### [INFORMATION SHOWN]
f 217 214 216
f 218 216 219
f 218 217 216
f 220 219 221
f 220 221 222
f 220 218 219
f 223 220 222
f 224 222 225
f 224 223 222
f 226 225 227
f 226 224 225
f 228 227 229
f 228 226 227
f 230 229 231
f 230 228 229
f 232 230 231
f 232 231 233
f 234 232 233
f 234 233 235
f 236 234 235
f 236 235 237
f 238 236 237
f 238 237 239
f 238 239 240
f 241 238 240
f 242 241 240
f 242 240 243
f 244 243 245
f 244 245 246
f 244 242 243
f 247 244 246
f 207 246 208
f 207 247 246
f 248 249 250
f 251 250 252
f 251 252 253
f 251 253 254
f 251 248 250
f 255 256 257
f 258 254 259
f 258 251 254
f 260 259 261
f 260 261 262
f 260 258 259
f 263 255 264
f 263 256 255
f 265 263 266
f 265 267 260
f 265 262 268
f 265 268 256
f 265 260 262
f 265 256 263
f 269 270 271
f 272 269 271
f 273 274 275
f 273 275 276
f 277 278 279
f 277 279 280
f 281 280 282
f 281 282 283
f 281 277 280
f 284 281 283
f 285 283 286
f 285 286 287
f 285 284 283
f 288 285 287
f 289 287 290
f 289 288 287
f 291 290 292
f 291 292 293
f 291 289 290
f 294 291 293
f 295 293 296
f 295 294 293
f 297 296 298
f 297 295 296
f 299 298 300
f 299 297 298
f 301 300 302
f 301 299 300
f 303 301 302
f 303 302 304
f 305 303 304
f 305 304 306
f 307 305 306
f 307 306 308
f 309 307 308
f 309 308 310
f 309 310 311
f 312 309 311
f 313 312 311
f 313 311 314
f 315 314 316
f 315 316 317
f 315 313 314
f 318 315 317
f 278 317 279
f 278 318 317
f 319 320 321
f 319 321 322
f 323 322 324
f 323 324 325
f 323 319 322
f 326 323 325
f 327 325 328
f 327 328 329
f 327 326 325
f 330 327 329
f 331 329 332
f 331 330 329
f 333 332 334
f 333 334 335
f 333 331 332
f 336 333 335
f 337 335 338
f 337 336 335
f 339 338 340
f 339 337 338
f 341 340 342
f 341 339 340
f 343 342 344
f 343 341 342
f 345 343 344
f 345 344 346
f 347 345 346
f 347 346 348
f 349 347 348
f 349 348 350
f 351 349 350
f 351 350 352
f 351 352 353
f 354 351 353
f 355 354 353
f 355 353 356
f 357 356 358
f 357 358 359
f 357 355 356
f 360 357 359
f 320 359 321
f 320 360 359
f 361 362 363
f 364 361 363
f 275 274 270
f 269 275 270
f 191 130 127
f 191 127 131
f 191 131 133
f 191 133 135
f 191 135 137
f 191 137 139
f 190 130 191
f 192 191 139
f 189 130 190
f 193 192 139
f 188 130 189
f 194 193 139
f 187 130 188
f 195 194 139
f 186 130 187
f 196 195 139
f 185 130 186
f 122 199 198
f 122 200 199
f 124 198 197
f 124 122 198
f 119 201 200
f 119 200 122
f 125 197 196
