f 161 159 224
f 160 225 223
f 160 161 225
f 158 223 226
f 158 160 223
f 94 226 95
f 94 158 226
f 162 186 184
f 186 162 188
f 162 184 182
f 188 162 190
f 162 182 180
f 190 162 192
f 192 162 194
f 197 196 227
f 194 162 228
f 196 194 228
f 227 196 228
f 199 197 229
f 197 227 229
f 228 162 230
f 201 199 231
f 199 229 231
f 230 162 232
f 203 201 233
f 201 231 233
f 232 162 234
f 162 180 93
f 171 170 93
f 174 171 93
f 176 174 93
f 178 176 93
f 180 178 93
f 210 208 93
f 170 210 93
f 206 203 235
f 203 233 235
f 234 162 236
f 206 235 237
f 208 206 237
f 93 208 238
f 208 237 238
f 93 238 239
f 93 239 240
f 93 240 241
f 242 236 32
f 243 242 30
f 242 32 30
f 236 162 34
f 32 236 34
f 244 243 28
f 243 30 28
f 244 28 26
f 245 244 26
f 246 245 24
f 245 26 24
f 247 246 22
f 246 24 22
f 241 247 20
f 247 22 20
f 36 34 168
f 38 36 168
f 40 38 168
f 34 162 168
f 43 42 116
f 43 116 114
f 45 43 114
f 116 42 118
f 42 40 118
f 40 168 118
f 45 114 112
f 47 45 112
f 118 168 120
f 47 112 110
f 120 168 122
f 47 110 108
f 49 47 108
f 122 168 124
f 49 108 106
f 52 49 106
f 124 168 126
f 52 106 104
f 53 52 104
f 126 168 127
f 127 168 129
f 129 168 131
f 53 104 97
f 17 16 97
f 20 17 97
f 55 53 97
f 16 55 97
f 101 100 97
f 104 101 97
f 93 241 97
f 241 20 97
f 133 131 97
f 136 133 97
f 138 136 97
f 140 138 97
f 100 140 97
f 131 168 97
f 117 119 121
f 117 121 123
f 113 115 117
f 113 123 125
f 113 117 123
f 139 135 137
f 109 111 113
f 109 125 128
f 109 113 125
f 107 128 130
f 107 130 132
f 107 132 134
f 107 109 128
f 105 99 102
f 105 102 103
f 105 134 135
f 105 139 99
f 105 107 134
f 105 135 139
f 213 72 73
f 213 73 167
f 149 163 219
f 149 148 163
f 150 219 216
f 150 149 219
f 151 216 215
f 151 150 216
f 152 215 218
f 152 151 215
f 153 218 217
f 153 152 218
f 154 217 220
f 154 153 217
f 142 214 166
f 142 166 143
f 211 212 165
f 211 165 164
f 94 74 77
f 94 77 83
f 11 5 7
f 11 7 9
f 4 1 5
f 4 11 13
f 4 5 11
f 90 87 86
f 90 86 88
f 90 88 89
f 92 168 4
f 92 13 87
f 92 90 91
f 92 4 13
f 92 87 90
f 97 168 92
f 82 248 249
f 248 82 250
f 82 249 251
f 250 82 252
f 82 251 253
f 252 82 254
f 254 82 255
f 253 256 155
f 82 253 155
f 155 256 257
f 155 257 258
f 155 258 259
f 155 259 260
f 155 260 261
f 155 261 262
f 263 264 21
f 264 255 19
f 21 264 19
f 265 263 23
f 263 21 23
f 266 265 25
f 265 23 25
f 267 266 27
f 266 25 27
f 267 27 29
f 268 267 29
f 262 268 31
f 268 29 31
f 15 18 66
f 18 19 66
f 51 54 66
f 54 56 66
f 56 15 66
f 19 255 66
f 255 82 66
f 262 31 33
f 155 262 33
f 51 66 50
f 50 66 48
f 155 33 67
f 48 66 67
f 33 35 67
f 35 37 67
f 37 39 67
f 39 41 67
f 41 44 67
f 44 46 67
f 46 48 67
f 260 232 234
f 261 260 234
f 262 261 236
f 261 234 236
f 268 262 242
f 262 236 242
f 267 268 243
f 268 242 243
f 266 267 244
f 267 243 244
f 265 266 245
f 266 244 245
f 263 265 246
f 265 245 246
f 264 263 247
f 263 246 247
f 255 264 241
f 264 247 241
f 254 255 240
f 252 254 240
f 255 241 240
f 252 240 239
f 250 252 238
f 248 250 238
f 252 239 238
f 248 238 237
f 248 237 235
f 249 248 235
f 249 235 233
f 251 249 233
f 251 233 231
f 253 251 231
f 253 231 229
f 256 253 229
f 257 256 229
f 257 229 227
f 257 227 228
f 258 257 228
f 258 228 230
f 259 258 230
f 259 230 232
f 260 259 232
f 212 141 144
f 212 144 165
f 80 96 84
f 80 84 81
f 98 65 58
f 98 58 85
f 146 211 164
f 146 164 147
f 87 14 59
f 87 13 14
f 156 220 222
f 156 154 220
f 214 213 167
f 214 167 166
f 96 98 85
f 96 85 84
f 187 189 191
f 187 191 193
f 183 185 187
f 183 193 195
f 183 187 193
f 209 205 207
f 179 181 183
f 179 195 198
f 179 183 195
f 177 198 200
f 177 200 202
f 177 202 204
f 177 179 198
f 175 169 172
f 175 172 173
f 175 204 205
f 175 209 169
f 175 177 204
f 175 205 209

### [YOUR GOAL]
Return, word for word, the lines of the data above from the line with "f 265 263 266" through the line with "f 312 309 311", inclusive.

### [OUTPUT BELOW]
f 265 263 266
f 265 267 260
f 265 262 268
f 265 268 256
f 265 260 262
f 265 256 263
f 269 270 271
f 272 269 271
f 273 274 275
f 273 275 276
f 277 278 279
f 277 279 280
f 281 280 282
f 281 282 283
f 281 277 280
f 284 281 283
f 285 283 286
f 285 286 287
f 285 284 283
f 288 285 287
f 289 287 290
f 289 288 287
f 291 290 292
f 291 292 293
f 291 289 290
f 294 291 293
f 295 293 296
f 295 294 293
f 297 296 298
f 297 295 296
f 299 298 300
f 299 297 298
f 301 300 302
f 301 299 300
f 303 301 302
f 303 302 304
f 305 303 304
f 305 304 306
f 307 305 306
f 307 306 308
f 309 307 308
f 309 308 310
f 309 310 311
f 312 309 311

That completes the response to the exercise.